The division went live’ with its new processes in July 1998, and although 95% of the problems were dealt with quickly, the big one was inventory record accuracy, which stuck at around 40%. ‘Shipping to customers’ accuracy was 60% only because the gap was being closed by the ‘hidden factory’ and fire fighting. Cartmell says the problem was the workforce not recording SAP transactions close enough to ‘real time’. “It was a behavioural problem of, for example, staff waiting until the end of the shift.” By rigid adherence to the rules and daily inventory counts, his team beat this, getting up to 95% record accuracy.
“The second biggest problem was production scheduling. You’d be amazed how many incorrect BOMs we had – because people had just known what was needed. You can’t make assumptions once it’s automated, and the important thing is to go for zero tolerance. If the BOM is incorrect the first job is to adjust the process and get the data into SAP.”
As the workforce saw results, they began to trust the numbers, and that was the turning point – the catalyst for improvements in other areas. Says Cartmell: “Teamwork improved and we started seeing tangible business benefits, including a cost saving in numbers of people. Our lead time for orders reduced from four to three days and reliability improved. Customer complaints dropped from 3% to 1.5% of orders, and inventory reduced by 25% while customer delivery performance increased from 85% to 95%.
Massive ROI
“On the bottom line, return on average capital employed improved from 3% in 1998 to 15% in 1999. We also moved from being one of the lowest performing divisions of FMC to one of the highest. We passed the Oliver Wight Class ‘A’ audit in December 1998.”
And it never stops. Says Cartmell: “We’ve held ‘Class A’ for three years now, and we keep it by keeping on preaching the message. It’s relentless.”
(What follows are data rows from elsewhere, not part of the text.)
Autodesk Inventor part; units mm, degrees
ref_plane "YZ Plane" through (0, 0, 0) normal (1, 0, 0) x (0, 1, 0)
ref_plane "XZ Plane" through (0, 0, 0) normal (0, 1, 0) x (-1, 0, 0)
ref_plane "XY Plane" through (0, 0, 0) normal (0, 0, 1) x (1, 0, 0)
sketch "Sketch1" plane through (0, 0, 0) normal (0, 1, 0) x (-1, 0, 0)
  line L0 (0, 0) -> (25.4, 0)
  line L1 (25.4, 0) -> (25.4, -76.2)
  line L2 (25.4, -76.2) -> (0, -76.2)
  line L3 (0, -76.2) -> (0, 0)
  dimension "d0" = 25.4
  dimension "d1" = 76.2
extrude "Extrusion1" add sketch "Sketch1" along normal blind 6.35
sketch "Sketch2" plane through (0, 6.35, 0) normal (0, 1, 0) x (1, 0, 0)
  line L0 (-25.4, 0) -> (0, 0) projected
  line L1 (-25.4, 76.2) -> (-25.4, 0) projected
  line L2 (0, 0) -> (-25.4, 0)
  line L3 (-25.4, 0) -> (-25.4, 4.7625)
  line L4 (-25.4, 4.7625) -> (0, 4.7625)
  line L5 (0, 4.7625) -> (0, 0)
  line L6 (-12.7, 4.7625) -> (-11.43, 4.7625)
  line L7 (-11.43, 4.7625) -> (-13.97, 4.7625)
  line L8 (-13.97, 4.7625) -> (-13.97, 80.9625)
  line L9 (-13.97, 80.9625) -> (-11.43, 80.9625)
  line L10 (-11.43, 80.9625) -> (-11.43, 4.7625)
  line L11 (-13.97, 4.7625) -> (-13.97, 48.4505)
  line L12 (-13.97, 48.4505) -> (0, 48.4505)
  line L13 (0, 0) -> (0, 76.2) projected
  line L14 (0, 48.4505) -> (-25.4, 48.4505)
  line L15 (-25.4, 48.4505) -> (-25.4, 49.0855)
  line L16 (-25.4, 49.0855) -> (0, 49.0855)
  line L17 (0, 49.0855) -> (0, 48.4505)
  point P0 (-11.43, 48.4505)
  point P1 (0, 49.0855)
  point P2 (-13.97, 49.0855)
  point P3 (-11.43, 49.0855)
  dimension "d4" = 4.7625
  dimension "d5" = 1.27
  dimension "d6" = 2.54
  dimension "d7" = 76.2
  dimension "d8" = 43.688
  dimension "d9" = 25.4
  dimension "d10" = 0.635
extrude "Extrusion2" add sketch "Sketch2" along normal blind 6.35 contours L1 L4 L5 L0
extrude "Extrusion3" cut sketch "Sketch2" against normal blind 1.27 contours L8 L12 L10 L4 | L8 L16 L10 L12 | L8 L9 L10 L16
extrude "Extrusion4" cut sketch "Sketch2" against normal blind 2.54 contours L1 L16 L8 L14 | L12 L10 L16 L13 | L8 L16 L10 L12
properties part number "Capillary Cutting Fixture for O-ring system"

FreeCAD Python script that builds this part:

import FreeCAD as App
import Part
import Sketcher

V = App.Vector
Q = App.Units.Quantity


def add_polygon(sketch, points):
    """Adds a closed chain of lines whose ends are joined by coincident constraints."""
    first, n = sketch.GeometryCount, len(points)
    for a, b in zip(points, points[1:] + points[:1]):
        sketch.addGeometry(Part.LineSegment(App.Vector(*a, 0), App.Vector(*b, 0)), False)
    for i in range(n):
        sketch.addConstraint(Sketcher.Constraint("Coincident", first + i, 2, first + (i + 1) % n, 1))

doc = App.newDocument("Part")
params = doc.addObject("Spreadsheet::Sheet", "Params")
for row, (alias, value) in enumerate([
    ("sketch1_width", "1 in"),
    ("sketch1_height", "3 in"),
    ("pad1_length", "0.25 in"),
    ("sketch2_width", "1 in"),
    ("sketch2_height", "0.1875 in"),
    ("pad2_length", "0.25 in"),
    ("sketch3_height", "3 in"),
    ("sketch3_width", "0.1 in"),
    ("pocket1_length", "0.05 in"),
    ("sketch4_width", "1 in"),
    ("sketch4_height", "0.025 in"),
    ("pocket2_length", "0.1 in"),
], start=1):
    params.set(f"A{row}", alias)
    params.set(f"B{row}", "=" + value)
    params.setAlias(f"B{row}", alias)

body = doc.addObject("PartDesign::Body", "Body")

sketch1 = body.newObject("Sketcher::SketchObject", "Sketch")
sketch1.AttachmentSupport = (doc.getObject("XZ_Plane"), [""])
sketch1.MapMode = "FlatFace"
add_polygon(sketch1, [(-25, 0), (0, 0), (0, -76), (-25, -76)])
sketch1.addConstraint(Sketcher.Constraint("Horizontal", 0))
sketch1.addConstraint(Sketcher.Constraint("Vertical", 1))
sketch1.addConstraint(Sketcher.Constraint("Horizontal", 2))
sketch1.addConstraint(Sketcher.Constraint("Vertical", 3))
sketch1.addConstraint(Sketcher.Constraint("Coincident", 0, 2, -1, 1))
sketch1.addConstraint(Sketcher.Constraint("DistanceX", 0, 1, 0, 2, Q("1 in")))
sketch1.addConstraint(Sketcher.Constraint("DistanceY", 1, 2, 1, 1, Q("3 in")))
sketch1.setExpression("Constraints[9]", "Params.sketch1_width")
sketch1.setExpression("Constraints[10]", "Params.sketch1_height")
pad1 = body.newObject("PartDesign::Pad", "Pad")
pad1.Profile = sketch1
pad1.setExpression("Length", "Params.pad1_length")
pad1.Reversed = True

sketch2 = body.newObject("Sketcher::SketchObject", "Sketch001")
sketch2.AttachmentSupport = (doc.getObject("XZ_Plane"), [""])
sketch2.MapMode = "FlatFace"
sketch2.AttachmentOffset = App.Placement(V(0, 0, -0.25 * 25.4), App.Rotation())
add_polygon(sketch2, [(-25.4, -4.8), (-25.4, 0), (0, 0), (0, -4.8)])
sketch2.addConstraint(Sketcher.Constraint("Vertical", 0))
sketch2.addConstraint(Sketcher.Constraint("Horizontal", 1))
sketch2.addConstraint(Sketcher.Constraint("Vertical", 2))
sketch2.addConstraint(Sketcher.Constraint("Horizontal", 3))
sketch2.addConstraint(Sketcher.Constraint("Coincident", 1, 2, -1, 1))
sketch2.addConstraint(Sketcher.Constraint("DistanceX", 1, 1, 1, 2, Q("1 in")))
sketch2.addConstraint(Sketcher.Constraint("DistanceY", 0, 1, 0, 2, Q("0.1875 in")))
sketch2.setExpression("Constraints[9]", "Params.sketch2_width")
sketch2.setExpression("Constraints[10]", "Params.sketch2_height")
pad2 = body.newObject("PartDesign::Pad", "Pad001")
pad2.Profile = sketch2
pad2.setExpression("Length", "Params.pad2_length")
pad2.Reversed = True

sketch3 = body.newObject("Sketcher::SketchObject", "Sketch002")
sketch3.AttachmentSupport = (doc.getObject("XZ_Plane"), [""])
sketch3.MapMode = "FlatFace"
sketch3.AttachmentOffset = App.Placement(V(0, 0, -0.25 * 25.4), App.Rotation())
add_polygon(sketch3, [(-14, -4.8), (-11.4, -4.8), (-11.4, -81), (-14, -81)])
sketch3.addConstraint(Sketcher.Constraint("Horizontal", 0))
sketch3.addConstraint(Sketcher.Constraint("Vertical", 1))
sketch3.addConstraint(Sketcher.Constraint("Horizontal", 2))
sketch3.addConstraint(Sketcher.Constraint("Vertical", 3))
sketch3.addConstraint(Sketcher.Constraint("DistanceY", 1, 2, 1, 1, Q("3 in")))
sketch3.addConstraint(Sketcher.Constraint("DistanceX", 0, 1, 0, 2, Q("0.1 in")))
sketch3.addConstraint(Sketcher.Constraint("DistanceY", 0, 2, -1, 1, Q("0.1875 in")))
sketch3.addConstraint(Sketcher.Constraint("DistanceX", 0, 2, -1, 1, Q("0.45 in")))
sketch3.setExpression("Constraints[8]", "Params.sketch3_height")
sketch3.setExpression("Constraints[9]", "Params.sketch3_width")
pocket1 = body.newObject("PartDesign::Pocket", "Pocket")
pocket1.Profile = sketch3
pocket1.setExpression("Length", "Params.pocket1_length")
pocket1.Reversed = True

sketch4 = body.newObject("Sketcher::SketchObject", "Sketch003")
sketch4.AttachmentSupport = (doc.getObject("XZ_Plane"), [""])
sketch4.MapMode = "FlatFace"
sketch4.AttachmentOffset = App.Placement(V(0, 0, -0.25 * 25.4), App.Rotation())
add_polygon(sketch4, [(-25.4, -49.1), (-25.4, -48.5), (0, -48.5), (0, -49.1)])
sketch4.addConstraint(Sketcher.Constraint("Vertical", 0))
sketch4.addConstraint(Sketcher.Constraint("Horizontal", 1))
sketch4.addConstraint(Sketcher.Constraint("Vertical", 2))
sketch4.addConstraint(Sketcher.Constraint("Horizontal", 3))
sketch4.addConstraint(Sketcher.Constraint("PointOnObject", 1, 2, -2))
sketch4.addConstraint(Sketcher.Constraint("DistanceX", 1, 1, 1, 2, Q("1 in")))
sketch4.addConstraint(Sketcher.Constraint("DistanceY", 0, 1, 0, 2, Q("0.025 in")))
sketch4.addConstraint(Sketcher.Constraint("DistanceY", 0, 2, -1, 1, Q("1.9075 in")))
sketch4.setExpression("Constraints[9]", "Params.sketch4_width")
sketch4.setExpression("Constraints[10]", "Params.sketch4_height")
pocket2 = body.newObject("PartDesign::Pocket", "Pocket001")
pocket2.Profile = sketch4
pocket2.setExpression("Length", "Params.pocket2_length")
pocket2.Reversed = True

doc.recompute()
When asked to talk about building out SAP support and his IT strategy, Cartmell says the division has invested in better business intelligence and reporting tools in the form of Cognos, and there’s been development of a secure website for key distributors covering product details, order tracking and the like. But on the supplier side, the issue for him is less about web-based supply chain systems – although email replenishment ordering from SAP has been implemented – and more about “building tighter and tighter Kanbans, moving towards delivery in half hour slots with better scheduling and improving our working capital position.”
He comments: “Supply chain management IT all sounds very sexy but you have to ask what deliverables you’re really going to get. Whereas I know I can talk about 10% less inventory and the working capital improvement that comes from improved processes and people that know what they’re doing.”